I’d love to be one of those people who can look back on life and say – Yup, I’ve absolutely nailed it! But in order to be able to do that, you first have to know clearly what it is you want out of life, have a long-term plan to work towards, and then stick to it. I don’t really have a fixed plan – to be honest I’ve never had a fixed plan.
I’ve always been more of a non-plan plan girl…
When I was really young, I was ill a lot, and I remember thinking I might want to be a nurse. Then as I got a bit older, I thought I might want to be a doctor. And then when it became clear my school grades weren’t going to make medicine an easy possibility, I shifted away from healthcare and towards thinking creatively about studying art instead. I even applied for Art School in my final year, but wasn’t accepted straight away after leaving school.
At that point I just drifted away from the idea of study.
So not long after leaving school at 17, while working locally in retail and still living at home, I started going out with a local boy I used to go to primary school with, and we soon got engaged, planning our wedding for the following summer. I’d discovered sex with a bang, felt grown up in the smug self-important way that overly-hormonal teenagers do, and the thought of studying became a distant memory. I was going to be a wife and that felt fine.
And then not long after I turned 18 I got pregnant and embarked on the trepidatious journey of motherhood.
It wasn’t a happy marriage. I tried so hard to make it work, we had three children together but the honest truth is I know now we should never have got married in the first place. I struggled with depression throughout, as I did before and after. I still struggle on and off with depression today. We separated when I was 24, had a very acrimonious divorce that took four long years to go through, and in the end the children stayed with me.
Over the years I did my best in bringing them up, but sadly I made many mistakes along the way. Messed up some, lost my sense of direction, took more than a few wrong turns.
And so one way or another my ongoing non-plan plan has continued evolving organically ever since. Decades have past. Lots of water has passed under lots of bridges, none of which have been burned beyond repair. I’m not a nurse or a doctor, but for a while I did work in a hospital as a physiotherapy assistant. I’m not an artist, but I am still quite creative. I’m not actually a career girl of any sort in any way, shape or form, full stop. I’m still a mum. I did eventually study though, graduating at 40 with a First Class Honours Degree, and thankfully at 56 – I’ll turn 57 later this year – I’m now happily married with six grandchildren.
Hopefully life is finally mending and healing for all of us.

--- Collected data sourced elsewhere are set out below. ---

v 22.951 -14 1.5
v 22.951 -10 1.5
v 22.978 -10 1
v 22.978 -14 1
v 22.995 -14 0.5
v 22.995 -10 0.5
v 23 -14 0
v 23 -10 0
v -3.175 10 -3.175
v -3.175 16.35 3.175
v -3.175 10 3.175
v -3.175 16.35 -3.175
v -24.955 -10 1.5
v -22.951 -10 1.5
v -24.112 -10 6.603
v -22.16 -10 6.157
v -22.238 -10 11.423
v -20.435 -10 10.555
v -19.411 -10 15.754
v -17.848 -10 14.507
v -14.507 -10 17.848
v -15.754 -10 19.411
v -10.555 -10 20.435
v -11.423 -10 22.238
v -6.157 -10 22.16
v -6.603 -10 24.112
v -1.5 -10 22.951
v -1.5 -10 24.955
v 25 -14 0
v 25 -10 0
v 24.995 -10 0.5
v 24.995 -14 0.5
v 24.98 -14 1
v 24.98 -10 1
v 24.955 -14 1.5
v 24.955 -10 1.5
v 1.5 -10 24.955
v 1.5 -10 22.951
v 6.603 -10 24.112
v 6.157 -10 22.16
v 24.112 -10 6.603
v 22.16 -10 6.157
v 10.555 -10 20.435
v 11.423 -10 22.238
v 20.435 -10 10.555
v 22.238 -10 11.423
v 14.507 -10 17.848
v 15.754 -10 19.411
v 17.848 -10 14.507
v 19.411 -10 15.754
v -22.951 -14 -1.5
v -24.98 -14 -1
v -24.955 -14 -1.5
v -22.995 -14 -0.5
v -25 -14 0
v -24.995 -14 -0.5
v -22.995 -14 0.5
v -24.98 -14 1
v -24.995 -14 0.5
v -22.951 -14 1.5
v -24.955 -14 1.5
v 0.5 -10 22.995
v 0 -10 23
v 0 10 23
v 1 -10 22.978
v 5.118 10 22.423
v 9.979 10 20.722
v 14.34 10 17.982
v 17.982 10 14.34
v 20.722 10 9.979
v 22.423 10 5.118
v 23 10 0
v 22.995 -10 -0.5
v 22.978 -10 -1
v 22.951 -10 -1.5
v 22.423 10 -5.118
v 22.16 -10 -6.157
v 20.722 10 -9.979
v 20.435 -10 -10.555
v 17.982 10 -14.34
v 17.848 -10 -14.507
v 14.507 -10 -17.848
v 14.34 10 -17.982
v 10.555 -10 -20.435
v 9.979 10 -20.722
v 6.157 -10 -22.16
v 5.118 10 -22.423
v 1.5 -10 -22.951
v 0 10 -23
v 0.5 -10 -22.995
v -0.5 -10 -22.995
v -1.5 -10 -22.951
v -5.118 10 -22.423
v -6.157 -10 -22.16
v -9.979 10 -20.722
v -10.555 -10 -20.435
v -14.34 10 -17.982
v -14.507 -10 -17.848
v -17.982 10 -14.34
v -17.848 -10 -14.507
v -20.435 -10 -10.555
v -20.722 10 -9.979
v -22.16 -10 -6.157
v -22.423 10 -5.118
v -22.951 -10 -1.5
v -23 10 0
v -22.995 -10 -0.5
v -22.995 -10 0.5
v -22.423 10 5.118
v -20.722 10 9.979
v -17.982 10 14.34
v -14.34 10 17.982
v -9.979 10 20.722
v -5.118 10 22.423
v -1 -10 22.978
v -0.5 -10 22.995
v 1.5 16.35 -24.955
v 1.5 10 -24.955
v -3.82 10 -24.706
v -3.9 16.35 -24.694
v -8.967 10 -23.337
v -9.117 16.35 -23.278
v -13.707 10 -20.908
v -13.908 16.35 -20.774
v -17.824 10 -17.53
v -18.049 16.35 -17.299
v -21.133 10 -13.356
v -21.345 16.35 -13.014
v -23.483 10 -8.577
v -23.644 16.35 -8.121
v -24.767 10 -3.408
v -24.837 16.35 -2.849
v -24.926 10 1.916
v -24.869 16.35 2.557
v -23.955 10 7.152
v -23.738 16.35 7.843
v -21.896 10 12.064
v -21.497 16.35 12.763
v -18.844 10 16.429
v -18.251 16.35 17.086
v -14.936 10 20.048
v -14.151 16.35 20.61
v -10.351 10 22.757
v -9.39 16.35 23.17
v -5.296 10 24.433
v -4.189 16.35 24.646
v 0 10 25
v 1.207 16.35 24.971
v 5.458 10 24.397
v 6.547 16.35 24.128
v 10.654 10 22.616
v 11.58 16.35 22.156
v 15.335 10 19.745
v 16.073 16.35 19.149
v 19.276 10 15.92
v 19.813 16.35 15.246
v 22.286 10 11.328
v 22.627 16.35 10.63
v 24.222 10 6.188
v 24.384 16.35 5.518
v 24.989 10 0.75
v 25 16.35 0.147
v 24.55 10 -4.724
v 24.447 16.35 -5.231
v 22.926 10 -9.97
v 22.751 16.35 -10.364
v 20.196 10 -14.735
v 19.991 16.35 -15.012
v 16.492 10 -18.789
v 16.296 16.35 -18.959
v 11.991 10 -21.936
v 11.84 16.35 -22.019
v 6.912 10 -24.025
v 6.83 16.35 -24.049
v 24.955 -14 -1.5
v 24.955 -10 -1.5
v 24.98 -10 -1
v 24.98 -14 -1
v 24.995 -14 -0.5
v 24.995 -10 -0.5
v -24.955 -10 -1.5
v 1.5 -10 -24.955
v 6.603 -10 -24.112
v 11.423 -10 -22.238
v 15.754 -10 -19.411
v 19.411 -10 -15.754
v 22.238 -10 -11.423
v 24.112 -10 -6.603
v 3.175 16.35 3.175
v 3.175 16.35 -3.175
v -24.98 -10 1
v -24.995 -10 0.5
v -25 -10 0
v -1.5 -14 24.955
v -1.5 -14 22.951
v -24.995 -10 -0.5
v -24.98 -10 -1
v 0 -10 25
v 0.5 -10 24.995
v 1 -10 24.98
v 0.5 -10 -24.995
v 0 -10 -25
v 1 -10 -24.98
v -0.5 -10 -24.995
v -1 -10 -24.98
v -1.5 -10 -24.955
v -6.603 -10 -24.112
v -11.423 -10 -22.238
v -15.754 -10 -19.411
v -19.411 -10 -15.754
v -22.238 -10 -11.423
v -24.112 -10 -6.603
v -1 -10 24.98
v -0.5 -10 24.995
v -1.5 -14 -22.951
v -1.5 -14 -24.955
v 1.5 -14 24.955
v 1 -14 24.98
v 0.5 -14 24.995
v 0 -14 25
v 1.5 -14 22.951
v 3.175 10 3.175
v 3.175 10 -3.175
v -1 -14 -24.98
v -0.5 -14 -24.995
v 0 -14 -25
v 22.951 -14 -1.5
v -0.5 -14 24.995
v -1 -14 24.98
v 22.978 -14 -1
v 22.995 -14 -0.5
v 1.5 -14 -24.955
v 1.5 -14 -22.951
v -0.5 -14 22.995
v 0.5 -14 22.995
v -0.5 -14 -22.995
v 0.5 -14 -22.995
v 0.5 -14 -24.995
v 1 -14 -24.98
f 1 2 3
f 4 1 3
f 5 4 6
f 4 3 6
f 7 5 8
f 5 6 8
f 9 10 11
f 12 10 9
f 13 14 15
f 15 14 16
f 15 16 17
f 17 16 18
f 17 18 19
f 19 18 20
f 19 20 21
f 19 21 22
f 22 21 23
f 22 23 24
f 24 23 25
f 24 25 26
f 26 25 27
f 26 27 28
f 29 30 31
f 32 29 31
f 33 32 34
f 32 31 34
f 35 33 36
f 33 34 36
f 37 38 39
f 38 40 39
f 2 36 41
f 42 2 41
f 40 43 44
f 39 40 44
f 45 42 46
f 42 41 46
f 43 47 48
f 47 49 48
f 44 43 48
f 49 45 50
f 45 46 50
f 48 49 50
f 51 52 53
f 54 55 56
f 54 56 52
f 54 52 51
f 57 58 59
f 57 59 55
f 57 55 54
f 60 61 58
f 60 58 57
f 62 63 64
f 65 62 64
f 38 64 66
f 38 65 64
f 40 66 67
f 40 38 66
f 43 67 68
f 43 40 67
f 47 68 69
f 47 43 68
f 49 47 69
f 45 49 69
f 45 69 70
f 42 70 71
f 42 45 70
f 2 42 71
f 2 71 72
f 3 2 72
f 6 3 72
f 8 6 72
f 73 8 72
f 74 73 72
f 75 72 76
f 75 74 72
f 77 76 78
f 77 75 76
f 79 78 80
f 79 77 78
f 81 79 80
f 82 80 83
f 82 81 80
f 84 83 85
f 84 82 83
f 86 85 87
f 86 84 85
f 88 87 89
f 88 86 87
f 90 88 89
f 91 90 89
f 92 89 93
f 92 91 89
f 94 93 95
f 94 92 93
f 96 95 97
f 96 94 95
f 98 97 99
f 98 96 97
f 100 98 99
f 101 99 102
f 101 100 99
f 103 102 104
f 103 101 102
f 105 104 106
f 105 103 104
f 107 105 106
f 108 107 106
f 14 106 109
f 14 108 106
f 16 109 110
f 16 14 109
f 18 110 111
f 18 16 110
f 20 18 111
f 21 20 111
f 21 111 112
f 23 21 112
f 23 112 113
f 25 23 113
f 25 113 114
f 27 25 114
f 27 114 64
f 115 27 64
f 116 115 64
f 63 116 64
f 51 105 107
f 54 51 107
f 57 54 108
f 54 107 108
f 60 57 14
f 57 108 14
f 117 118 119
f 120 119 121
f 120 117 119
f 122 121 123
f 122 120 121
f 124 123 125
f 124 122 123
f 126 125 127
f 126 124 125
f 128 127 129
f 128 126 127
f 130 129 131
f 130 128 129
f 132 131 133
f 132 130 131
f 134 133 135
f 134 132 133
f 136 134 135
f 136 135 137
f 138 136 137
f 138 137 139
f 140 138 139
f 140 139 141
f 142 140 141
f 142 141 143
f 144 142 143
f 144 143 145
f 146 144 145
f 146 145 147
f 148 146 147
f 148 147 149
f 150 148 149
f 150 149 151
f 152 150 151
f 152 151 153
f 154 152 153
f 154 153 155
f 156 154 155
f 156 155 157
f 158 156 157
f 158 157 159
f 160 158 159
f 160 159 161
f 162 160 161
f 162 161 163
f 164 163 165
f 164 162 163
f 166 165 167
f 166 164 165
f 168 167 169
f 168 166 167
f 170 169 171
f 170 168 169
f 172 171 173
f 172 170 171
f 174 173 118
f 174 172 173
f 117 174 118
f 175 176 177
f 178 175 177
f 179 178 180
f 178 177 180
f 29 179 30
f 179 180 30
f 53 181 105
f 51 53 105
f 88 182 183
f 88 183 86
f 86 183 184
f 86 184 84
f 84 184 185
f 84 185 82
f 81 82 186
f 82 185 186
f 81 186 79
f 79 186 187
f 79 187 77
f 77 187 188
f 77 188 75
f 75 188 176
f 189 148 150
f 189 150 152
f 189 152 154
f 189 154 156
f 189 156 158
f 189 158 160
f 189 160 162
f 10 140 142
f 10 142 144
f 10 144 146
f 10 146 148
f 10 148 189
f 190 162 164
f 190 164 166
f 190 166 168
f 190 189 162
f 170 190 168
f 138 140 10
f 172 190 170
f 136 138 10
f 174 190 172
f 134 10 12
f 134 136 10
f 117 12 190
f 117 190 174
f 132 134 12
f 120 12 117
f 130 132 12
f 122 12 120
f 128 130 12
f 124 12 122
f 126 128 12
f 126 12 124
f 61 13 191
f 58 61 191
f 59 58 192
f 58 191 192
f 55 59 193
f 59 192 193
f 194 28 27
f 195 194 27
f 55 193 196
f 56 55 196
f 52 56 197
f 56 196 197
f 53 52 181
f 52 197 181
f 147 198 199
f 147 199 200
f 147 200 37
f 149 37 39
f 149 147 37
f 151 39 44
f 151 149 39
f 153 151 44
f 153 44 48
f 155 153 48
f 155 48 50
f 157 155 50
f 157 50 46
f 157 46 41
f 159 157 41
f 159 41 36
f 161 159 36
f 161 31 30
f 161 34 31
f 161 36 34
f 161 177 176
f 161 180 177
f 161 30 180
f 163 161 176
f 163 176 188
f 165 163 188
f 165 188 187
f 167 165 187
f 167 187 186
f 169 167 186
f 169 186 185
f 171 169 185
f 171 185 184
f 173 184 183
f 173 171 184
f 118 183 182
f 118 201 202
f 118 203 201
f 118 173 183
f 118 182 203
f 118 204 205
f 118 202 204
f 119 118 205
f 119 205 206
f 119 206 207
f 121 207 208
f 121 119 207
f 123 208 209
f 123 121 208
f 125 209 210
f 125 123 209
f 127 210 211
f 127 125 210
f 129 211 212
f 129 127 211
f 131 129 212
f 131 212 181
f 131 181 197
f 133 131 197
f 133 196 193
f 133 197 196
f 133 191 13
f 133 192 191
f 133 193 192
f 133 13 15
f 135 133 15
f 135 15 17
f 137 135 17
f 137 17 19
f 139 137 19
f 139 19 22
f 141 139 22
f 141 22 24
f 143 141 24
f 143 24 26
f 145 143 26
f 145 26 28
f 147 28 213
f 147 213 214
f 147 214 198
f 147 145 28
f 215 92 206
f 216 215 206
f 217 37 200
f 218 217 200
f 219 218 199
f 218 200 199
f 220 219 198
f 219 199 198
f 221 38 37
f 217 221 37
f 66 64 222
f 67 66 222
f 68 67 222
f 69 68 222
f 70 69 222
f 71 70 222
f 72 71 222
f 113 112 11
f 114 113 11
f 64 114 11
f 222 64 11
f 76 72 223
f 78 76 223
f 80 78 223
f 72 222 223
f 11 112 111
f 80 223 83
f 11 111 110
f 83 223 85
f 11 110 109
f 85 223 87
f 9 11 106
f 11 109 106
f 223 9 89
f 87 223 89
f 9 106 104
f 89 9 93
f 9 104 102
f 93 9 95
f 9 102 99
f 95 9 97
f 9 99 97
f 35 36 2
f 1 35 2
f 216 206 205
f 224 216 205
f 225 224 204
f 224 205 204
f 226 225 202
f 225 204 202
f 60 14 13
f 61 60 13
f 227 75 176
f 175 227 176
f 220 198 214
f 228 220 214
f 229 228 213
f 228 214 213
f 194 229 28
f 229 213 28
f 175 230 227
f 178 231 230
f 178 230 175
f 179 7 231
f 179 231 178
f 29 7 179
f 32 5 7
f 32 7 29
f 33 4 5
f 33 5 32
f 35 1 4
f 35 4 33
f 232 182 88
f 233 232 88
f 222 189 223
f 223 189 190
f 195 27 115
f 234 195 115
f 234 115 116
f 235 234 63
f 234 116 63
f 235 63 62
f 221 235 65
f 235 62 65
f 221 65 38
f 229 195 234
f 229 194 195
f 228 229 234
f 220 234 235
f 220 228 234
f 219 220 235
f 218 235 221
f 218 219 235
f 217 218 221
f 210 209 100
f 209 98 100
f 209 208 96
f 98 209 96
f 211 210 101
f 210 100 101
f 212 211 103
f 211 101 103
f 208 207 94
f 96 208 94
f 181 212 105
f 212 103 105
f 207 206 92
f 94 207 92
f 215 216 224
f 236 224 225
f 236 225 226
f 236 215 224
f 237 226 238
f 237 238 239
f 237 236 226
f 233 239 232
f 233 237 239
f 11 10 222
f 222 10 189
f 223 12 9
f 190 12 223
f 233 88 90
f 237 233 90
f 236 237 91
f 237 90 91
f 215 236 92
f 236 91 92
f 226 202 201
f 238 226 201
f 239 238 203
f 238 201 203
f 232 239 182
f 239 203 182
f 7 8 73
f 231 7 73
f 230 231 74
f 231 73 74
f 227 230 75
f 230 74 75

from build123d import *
from build123d.topology import SkipClean

# Parameters (mm, degrees)
SKETCH1_R           = 25
SKETCH1_R_2         = 23
BOSS_EXTRUDE1_DEPTH = 10
BOSS_EXTRUDE2_DEPTH = 4
BOSS_EXTRUDE3_START = 6.35
SKETCH3_R           = 25
SKETCH3_W           = 6.35
SKETCH3_H           = 6.35
BOSS_EXTRUDE3_DEPTH = 6.35


with BuildPart() as part:
    # Sketch1 → Boss-Extrude1 (new, symmetric)
    with BuildSketch(Plane(origin=(0, 0, 0), x_dir=(1, 0, 0), z_dir=(0, 1, 0))):
        with Locations(Location((0, 0, 0), (0, 0, 270))):
            Circle(SKETCH1_R)
        with Locations(Location((0, 0, 0), (0, 0, 270))):
            Circle(SKETCH1_R_2, mode=Mode.SUBTRACT)
    extrude(amount=BOSS_EXTRUDE1_DEPTH, both=True)

    # Sketch2 → Boss-Extrude2 (add)
    with SkipClean():  # the faces are left unmerged after this step: merging them gives an invalid solid
        with BuildSketch(Plane.XZ.offset(10)):
            with BuildLine():
                ThreePointArc((-1.5, 22.951034835), (0, 23), (1.5, 22.951034835))
                Line((1.5, 22.951034835), (1.5, 24.954959427))
                ThreePointArc((1.5, 24.954959427), (0.750338033, 24.98873732), (0, 25))
                ThreePointArc((0, 25), (-0.750338033, 24.98873732), (-1.5, 24.954959427))
                Line((-1.5, 24.954959427), (-1.5, 22.951034835))
            make_face()
            with BuildLine():
                Line((-24.954959427, -1.5), (-22.951034835, -1.5))
                ThreePointArc((-22.951034835, -1.5), (-23, 0), (-22.951034835, 1.5))
                Line((-22.951034835, 1.5), (-24.954959427, 1.5))
                ThreePointArc((-24.954959427, 1.5), (-24.98873732, 0.750338033), (-25, 0))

So I wouldn’t say I’d nailed life, I’d say it was more screwed up than nailed down. But it’s still holding together and at this point I’m not about to quibble over whether I should have used a hammer or a screwdriver to get here – a tool is a tool is a tool. You use what you have to hand, and you get on with it. Stuff is fixed in place, is where it needs to be, and that’s all that matters. It’s my life, and I try not to have too many regrets. I’m not exactly proud of the convoluted path I’ve taken to get here, but I’m no longer as ashamed of it as I used to be.